Terrie Colman Black was just 14 years old when she went to the concert with her brother.

“My dream was to see them and thinking about when those red curtains went back and they were there singing I screamed my head off, but I could still hear them,” she said.

“That night I became a Beatles maniac. It wasn’t just a concert, it was pivotal in music history in Dublin, in what young people were experiencing at that time, everything changed.

“There were four of them, they were different and they dressed differently.

“It was freedom and was an incredible night.”

Terrie has one of the largest collections of Beatles memorabilia, which is now on display at the Irish Rock N Roll Museum.

As part of Dublin City Council’s commemorative plaque initiative, Lord Mayor Nial Ring unveiled the plaque at the rear of Arnotts department store.

Irish radio and television host Gay Byrne spoke at the event and told of how he almost became the band’s agent.

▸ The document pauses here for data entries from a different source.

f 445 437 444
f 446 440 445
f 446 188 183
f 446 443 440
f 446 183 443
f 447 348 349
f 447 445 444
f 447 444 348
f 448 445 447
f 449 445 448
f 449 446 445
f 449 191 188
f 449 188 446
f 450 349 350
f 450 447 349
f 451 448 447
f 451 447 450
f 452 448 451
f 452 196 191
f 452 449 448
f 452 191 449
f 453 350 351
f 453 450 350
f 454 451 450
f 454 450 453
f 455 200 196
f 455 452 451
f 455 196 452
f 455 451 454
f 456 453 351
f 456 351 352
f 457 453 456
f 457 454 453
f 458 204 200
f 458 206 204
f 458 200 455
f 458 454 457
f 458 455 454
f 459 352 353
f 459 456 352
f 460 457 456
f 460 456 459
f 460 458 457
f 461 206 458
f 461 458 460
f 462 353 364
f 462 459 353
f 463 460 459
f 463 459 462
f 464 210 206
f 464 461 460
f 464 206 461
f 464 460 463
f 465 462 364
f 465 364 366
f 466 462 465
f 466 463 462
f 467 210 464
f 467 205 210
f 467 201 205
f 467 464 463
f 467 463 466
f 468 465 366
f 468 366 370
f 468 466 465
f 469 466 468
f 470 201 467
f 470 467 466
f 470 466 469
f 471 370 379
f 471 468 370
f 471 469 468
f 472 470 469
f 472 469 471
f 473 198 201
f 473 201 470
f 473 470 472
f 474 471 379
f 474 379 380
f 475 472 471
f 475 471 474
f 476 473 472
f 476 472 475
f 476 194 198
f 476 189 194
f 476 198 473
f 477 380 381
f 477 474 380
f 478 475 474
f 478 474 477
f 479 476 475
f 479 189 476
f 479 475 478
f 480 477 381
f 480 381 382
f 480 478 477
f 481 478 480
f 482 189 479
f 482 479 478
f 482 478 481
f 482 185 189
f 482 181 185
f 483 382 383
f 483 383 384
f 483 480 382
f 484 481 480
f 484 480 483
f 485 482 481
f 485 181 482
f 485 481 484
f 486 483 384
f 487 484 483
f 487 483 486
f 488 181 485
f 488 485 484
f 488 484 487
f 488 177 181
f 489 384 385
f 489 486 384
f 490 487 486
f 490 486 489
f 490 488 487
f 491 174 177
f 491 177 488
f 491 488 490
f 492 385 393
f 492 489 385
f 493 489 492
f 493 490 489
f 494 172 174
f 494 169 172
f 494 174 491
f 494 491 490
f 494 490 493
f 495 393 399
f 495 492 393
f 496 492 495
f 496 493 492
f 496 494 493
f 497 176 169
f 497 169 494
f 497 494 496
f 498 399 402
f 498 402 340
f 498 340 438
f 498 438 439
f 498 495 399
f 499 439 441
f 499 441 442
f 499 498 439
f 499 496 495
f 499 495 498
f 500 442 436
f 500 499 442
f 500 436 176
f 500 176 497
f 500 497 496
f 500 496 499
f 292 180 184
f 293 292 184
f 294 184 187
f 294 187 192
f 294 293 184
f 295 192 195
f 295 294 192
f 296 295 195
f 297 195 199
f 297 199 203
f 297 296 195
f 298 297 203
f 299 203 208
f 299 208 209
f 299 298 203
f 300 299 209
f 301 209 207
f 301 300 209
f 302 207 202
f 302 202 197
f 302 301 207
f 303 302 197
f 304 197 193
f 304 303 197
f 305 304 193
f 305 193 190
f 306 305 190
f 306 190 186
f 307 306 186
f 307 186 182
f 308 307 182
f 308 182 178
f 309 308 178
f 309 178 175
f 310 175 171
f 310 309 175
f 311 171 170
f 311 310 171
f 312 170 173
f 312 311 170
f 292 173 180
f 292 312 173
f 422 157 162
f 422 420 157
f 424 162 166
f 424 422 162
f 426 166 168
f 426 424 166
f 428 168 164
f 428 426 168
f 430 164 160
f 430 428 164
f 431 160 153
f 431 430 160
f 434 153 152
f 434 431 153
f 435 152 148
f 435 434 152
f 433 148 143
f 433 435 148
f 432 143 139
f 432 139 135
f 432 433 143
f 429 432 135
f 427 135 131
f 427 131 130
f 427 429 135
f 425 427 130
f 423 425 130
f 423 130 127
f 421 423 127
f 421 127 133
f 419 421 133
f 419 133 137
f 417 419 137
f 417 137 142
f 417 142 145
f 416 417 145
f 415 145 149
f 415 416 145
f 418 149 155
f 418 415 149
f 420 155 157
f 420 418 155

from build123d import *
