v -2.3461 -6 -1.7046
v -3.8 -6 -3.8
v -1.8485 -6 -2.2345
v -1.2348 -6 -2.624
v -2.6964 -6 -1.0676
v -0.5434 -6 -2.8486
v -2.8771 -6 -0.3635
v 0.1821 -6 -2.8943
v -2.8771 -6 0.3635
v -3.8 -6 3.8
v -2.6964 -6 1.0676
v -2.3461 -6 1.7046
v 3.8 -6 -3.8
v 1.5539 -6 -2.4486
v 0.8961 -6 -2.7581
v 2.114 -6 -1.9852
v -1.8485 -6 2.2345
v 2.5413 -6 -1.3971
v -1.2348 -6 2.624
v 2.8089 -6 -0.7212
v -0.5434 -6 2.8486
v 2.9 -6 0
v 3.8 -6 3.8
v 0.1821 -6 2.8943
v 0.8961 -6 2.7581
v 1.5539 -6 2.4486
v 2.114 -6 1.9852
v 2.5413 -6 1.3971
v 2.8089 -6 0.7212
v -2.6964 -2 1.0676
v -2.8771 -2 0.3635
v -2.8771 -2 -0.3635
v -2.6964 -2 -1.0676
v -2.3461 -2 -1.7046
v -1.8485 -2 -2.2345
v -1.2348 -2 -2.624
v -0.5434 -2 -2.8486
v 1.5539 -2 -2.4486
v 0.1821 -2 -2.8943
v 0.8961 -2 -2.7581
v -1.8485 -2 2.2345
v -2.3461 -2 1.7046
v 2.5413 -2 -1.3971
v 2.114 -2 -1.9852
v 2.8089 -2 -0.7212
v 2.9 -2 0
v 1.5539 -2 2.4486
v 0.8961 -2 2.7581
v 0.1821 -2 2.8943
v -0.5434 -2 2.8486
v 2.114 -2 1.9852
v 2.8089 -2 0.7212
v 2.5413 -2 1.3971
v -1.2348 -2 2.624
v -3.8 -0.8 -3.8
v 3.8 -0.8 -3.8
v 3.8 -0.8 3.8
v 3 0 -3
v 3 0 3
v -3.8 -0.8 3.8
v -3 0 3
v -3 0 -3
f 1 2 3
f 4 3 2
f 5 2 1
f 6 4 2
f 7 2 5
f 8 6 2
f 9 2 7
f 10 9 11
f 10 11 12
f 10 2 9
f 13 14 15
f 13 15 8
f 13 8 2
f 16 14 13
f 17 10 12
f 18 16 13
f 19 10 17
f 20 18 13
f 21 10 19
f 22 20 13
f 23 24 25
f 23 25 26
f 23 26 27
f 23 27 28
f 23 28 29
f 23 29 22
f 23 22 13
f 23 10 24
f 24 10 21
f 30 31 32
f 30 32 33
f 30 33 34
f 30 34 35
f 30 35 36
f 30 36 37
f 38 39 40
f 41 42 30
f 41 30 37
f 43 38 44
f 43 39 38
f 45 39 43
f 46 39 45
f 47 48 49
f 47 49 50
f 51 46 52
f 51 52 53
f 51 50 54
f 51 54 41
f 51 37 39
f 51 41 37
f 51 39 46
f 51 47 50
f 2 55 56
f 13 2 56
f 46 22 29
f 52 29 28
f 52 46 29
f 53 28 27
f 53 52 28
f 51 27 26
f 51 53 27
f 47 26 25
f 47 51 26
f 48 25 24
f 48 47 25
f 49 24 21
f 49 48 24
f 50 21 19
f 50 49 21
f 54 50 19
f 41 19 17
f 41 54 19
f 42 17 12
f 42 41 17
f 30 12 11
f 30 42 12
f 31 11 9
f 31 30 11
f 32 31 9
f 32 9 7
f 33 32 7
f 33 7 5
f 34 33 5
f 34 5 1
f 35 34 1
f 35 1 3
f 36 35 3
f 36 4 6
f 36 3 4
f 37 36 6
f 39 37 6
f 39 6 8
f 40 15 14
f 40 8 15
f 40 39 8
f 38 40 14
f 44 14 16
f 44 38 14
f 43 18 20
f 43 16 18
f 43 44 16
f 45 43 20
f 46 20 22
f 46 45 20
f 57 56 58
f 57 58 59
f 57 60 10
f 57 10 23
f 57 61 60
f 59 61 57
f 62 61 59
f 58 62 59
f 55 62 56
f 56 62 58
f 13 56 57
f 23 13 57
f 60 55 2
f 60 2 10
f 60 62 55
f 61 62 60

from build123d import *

# Parameters (mm, degrees)
SKETCH020_W       = 7.6
SKETCH020_H       = 7.6
PAD003_DEPTH      = 6
SKETCH022_R       = 2.8
PAD004_DEPTH      = 3
CYLINDER001_R     = 2.9
CYLINDER001_DEPTH = 10
CHAMFER_SIZE      = 0.8


with BuildPart() as part:
    # Sketch020 → Pad003 (new body)
    with BuildSketch(Plane.XZ):
        Rectangle(SKETCH020_W, SKETCH020_H)
    extrude(amount=PAD003_DEPTH)

    # Sketch022 → Pad004 (join)
    with BuildSketch(Plane.XZ.offset(6)):
        Circle(SKETCH022_R)
    extrude(amount=PAD004_DEPTH)

    # Cylinder001 → Cylinder001 (cut)
    with BuildSketch(Plane.XZ.offset(2)):
        Circle(CYLINDER001_R)
    extrude(amount=CYLINDER001_DEPTH, mode=Mode.SUBTRACT)

    # Chamfer
    chamfer_edges = [part.edges().sort_by_distance(p)[0] for p in [
        (3.8, 0, 0),
        (0, 0, -3.8),
        (0, 0, 3.8),
        (-3.8, 0, 0),
    ]]
    chamfer(chamfer_edges, length=CHAMFER_SIZE)


solid = part.part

Our boss said, 'Get thee to Liverpool and bring me back the story of these mopheads called The Beatles who are appearing in a place called The Cavern and they are causing riots and civil commotion left, right and centre Gay Byrne, radio and TV host

He was working for Granada Television in Manchester when he was told of a “phenomenon” happening in Liverpool.

“Our boss said, ‘Get thee to Liverpool and bring me back the story of these mopheads called The Beatles who are appearing in a place called The Cavern and they are causing riots and civil commotion left, right and centre’.

“We went to The Cavern, this dirty, filthy little place, a dump but much used by bands and songwriters and The Beatles were there and they brought massive crowds.

“We asked them to come on the show and play live. During rehearsals, Paul McCartney said to me, ‘We would love if you would be our agent’. I would have been very well known to them at the time but I had never heard of them.

“I knew nothing of being an agent so therefore I could not be an agent.”

The broadcaster, who was diagnosed with prostate cancer in 2016, said if he had taken up the offer he would have become extremely wealthy.

He told the crowd: “You are looking at the remains of a grey-haired old loon – you are very lucky you are seeing some hair because with the chemotherapy I lost it all – whose great claim to fame was he almost became The Beatles’ agent.

“I am happy to be here with you all, in my present condition I am happy to be anywhere with anybody.

“I think it’s a very good idea to mark as many tourist attractions as we have. The big ones are taken care of, Parnell, O’Connell and Padraig Pearse, but there are smaller ones that people might pass by.”

The idea was proposed by journalist Paddy Murray, who was just 10 years old at the time of the concert.